» **What is needed**: Only some lines are wanted. Transcribe, exactly, the lines below from the line with "#117=ORIENTED_EDGE('',*,*,#32,.F.);" up to and including the line with "#136=FACE_BOUND('',#135,.T.);".

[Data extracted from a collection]
== Segment start ==
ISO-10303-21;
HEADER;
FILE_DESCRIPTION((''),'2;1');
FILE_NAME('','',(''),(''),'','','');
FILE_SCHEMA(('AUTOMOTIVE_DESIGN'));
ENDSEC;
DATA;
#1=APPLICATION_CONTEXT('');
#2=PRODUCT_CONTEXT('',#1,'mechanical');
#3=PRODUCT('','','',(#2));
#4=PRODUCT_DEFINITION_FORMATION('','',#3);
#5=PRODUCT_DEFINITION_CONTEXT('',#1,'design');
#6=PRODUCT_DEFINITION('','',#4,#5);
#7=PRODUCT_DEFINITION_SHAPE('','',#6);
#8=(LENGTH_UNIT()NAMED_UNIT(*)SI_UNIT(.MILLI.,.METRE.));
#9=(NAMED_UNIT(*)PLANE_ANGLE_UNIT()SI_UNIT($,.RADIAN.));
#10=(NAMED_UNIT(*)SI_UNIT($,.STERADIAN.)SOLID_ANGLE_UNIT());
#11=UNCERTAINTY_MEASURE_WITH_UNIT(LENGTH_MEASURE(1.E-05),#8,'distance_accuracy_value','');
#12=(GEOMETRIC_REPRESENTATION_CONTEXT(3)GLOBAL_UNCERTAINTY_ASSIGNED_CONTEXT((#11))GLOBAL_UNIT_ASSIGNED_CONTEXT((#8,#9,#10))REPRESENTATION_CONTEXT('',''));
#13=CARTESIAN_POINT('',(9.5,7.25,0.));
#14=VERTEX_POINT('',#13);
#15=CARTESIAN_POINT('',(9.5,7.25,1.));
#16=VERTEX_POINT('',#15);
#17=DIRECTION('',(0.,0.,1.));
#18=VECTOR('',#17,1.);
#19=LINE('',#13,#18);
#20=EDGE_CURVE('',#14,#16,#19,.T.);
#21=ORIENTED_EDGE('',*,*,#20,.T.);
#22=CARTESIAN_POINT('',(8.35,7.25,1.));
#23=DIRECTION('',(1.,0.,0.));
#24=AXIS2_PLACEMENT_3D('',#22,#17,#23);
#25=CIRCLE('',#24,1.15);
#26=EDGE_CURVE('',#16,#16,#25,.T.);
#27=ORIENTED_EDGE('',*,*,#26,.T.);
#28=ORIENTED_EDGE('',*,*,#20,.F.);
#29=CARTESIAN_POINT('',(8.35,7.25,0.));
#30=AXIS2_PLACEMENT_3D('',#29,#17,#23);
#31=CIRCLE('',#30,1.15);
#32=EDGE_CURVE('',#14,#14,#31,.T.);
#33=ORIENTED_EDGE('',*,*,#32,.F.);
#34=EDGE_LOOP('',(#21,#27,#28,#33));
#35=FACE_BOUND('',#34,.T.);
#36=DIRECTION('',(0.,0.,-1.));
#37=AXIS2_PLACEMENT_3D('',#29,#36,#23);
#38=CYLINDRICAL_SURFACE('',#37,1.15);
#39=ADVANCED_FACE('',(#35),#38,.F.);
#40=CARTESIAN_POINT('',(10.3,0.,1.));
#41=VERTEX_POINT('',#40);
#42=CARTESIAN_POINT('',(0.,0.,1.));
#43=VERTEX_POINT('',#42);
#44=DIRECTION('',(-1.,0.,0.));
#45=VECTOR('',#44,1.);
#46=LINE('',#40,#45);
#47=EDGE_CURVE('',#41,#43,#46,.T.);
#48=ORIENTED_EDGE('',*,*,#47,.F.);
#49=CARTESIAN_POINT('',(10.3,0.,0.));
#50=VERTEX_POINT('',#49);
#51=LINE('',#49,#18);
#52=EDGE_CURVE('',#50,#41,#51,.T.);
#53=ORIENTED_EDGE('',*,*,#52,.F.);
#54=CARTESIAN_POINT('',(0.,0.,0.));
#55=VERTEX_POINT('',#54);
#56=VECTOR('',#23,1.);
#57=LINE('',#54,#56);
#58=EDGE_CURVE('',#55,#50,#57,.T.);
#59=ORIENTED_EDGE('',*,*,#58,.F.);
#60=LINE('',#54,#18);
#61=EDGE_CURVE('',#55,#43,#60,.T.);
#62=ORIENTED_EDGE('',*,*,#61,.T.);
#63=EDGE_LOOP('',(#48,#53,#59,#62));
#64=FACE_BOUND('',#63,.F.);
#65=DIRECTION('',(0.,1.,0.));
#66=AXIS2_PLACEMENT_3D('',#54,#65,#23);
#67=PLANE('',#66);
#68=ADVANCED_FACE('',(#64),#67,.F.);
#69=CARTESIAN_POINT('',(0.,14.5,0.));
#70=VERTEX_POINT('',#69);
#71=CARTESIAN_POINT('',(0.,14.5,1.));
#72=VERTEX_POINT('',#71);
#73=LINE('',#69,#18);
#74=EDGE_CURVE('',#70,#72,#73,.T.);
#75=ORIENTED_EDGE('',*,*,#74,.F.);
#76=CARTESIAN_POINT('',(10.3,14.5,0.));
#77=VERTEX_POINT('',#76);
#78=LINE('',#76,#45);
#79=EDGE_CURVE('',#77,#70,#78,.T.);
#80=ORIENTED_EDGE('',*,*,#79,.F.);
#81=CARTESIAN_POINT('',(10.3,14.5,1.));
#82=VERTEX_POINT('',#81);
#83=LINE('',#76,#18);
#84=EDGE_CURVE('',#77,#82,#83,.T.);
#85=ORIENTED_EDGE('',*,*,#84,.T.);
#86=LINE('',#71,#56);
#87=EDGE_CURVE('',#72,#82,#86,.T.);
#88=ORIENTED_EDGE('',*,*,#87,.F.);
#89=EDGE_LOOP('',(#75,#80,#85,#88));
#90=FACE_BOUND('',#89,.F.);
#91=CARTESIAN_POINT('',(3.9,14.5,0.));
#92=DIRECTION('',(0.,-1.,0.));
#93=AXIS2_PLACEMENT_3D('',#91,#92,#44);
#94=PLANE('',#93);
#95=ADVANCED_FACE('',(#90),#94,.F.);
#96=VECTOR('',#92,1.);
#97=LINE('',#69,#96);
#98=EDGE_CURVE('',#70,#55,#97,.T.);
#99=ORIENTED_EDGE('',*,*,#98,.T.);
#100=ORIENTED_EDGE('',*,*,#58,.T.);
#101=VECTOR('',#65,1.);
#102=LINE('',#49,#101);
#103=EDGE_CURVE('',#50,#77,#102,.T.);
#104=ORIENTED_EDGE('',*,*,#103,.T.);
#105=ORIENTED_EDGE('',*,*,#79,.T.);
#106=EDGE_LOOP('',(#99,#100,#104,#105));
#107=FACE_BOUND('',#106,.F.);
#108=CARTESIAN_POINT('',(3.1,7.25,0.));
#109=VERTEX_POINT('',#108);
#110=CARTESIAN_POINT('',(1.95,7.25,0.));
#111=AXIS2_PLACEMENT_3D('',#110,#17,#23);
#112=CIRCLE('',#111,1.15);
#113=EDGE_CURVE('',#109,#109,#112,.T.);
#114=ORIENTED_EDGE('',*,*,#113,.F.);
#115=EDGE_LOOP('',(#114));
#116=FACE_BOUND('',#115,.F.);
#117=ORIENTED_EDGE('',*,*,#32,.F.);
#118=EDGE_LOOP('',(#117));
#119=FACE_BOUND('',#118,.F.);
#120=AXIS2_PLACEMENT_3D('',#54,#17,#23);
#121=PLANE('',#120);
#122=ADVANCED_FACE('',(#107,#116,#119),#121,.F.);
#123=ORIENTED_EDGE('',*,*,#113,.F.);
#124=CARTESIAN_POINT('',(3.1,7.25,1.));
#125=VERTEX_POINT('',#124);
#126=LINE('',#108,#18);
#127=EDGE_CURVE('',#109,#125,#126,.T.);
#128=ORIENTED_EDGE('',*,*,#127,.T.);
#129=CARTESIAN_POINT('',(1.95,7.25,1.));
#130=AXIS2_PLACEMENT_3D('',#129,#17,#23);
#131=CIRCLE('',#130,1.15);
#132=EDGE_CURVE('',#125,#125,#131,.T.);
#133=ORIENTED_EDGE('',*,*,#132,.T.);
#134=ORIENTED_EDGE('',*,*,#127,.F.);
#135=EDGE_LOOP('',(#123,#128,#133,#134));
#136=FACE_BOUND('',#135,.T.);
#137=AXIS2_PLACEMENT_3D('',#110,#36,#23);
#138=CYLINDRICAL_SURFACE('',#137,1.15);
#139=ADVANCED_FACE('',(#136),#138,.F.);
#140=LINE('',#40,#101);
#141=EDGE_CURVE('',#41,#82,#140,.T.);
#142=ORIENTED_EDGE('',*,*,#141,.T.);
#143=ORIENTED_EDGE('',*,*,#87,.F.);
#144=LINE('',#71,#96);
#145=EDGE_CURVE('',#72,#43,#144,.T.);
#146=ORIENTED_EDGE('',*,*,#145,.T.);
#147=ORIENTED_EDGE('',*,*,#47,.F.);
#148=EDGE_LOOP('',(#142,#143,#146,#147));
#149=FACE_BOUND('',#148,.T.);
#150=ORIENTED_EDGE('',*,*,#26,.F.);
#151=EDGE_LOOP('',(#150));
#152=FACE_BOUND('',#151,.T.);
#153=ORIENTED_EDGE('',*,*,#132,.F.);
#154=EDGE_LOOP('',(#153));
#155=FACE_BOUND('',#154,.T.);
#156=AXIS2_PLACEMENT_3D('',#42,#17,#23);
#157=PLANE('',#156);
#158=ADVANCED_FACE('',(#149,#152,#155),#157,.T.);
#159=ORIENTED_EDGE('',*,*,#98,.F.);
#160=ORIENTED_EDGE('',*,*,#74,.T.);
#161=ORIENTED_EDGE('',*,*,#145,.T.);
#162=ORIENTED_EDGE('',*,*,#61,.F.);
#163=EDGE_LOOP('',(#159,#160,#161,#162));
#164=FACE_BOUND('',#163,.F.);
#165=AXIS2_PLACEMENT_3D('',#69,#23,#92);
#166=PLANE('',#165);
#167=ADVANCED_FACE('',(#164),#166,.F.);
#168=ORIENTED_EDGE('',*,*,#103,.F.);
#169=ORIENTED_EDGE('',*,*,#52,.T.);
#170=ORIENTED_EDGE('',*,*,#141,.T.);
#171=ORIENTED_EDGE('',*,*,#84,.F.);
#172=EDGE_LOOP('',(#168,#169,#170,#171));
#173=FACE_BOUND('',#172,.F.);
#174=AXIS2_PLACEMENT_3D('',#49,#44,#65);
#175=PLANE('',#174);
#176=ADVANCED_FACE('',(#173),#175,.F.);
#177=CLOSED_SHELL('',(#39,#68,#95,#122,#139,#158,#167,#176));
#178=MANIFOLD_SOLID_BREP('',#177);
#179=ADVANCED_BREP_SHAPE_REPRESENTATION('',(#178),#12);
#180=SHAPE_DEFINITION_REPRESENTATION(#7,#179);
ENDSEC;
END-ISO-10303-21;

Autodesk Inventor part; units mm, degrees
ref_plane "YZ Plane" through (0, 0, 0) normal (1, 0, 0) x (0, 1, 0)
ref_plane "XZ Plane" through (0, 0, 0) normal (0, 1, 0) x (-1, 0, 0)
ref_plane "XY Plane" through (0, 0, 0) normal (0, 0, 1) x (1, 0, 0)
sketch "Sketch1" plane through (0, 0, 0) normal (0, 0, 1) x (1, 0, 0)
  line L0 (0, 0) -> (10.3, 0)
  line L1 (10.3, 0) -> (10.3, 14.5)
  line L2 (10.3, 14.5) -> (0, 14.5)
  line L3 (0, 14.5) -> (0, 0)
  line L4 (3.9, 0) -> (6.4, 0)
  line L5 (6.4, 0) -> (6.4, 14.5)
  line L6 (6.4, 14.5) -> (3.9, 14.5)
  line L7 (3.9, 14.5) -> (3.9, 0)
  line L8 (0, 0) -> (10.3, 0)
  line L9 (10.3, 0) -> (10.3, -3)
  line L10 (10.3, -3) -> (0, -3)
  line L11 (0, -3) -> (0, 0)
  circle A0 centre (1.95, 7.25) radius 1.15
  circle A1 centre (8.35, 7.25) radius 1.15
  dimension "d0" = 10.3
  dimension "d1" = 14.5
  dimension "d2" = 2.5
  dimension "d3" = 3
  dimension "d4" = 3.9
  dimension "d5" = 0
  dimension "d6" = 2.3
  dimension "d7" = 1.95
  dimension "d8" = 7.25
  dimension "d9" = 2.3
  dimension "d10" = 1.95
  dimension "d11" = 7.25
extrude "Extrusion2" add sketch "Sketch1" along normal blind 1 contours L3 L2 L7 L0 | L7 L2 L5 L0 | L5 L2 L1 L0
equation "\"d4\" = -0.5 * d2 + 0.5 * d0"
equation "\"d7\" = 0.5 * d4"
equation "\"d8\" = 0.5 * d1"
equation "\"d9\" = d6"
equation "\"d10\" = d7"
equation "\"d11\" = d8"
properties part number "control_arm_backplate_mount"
== Segment end ==
» **Written answer**:
#117=ORIENTED_EDGE('',*,*,#32,.F.);
#118=EDGE_LOOP('',(#117));
#119=FACE_BOUND('',#118,.F.);
#120=AXIS2_PLACEMENT_3D('',#54,#17,#23);
#121=PLANE('',#120);
#122=ADVANCED_FACE('',(#107,#116,#119),#121,.F.);
#123=ORIENTED_EDGE('',*,*,#113,.F.);
#124=CARTESIAN_POINT('',(3.1,7.25,1.));
#125=VERTEX_POINT('',#124);
#126=LINE('',#108,#18);
#127=EDGE_CURVE('',#109,#125,#126,.T.);
#128=ORIENTED_EDGE('',*,*,#127,.T.);
#129=CARTESIAN_POINT('',(1.95,7.25,1.));
#130=AXIS2_PLACEMENT_3D('',#129,#17,#23);
#131=CIRCLE('',#130,1.15);
#132=EDGE_CURVE('',#125,#125,#131,.T.);
#133=ORIENTED_EDGE('',*,*,#132,.T.);
#134=ORIENTED_EDGE('',*,*,#127,.F.);
#135=EDGE_LOOP('',(#123,#128,#133,#134));
#136=FACE_BOUND('',#135,.T.);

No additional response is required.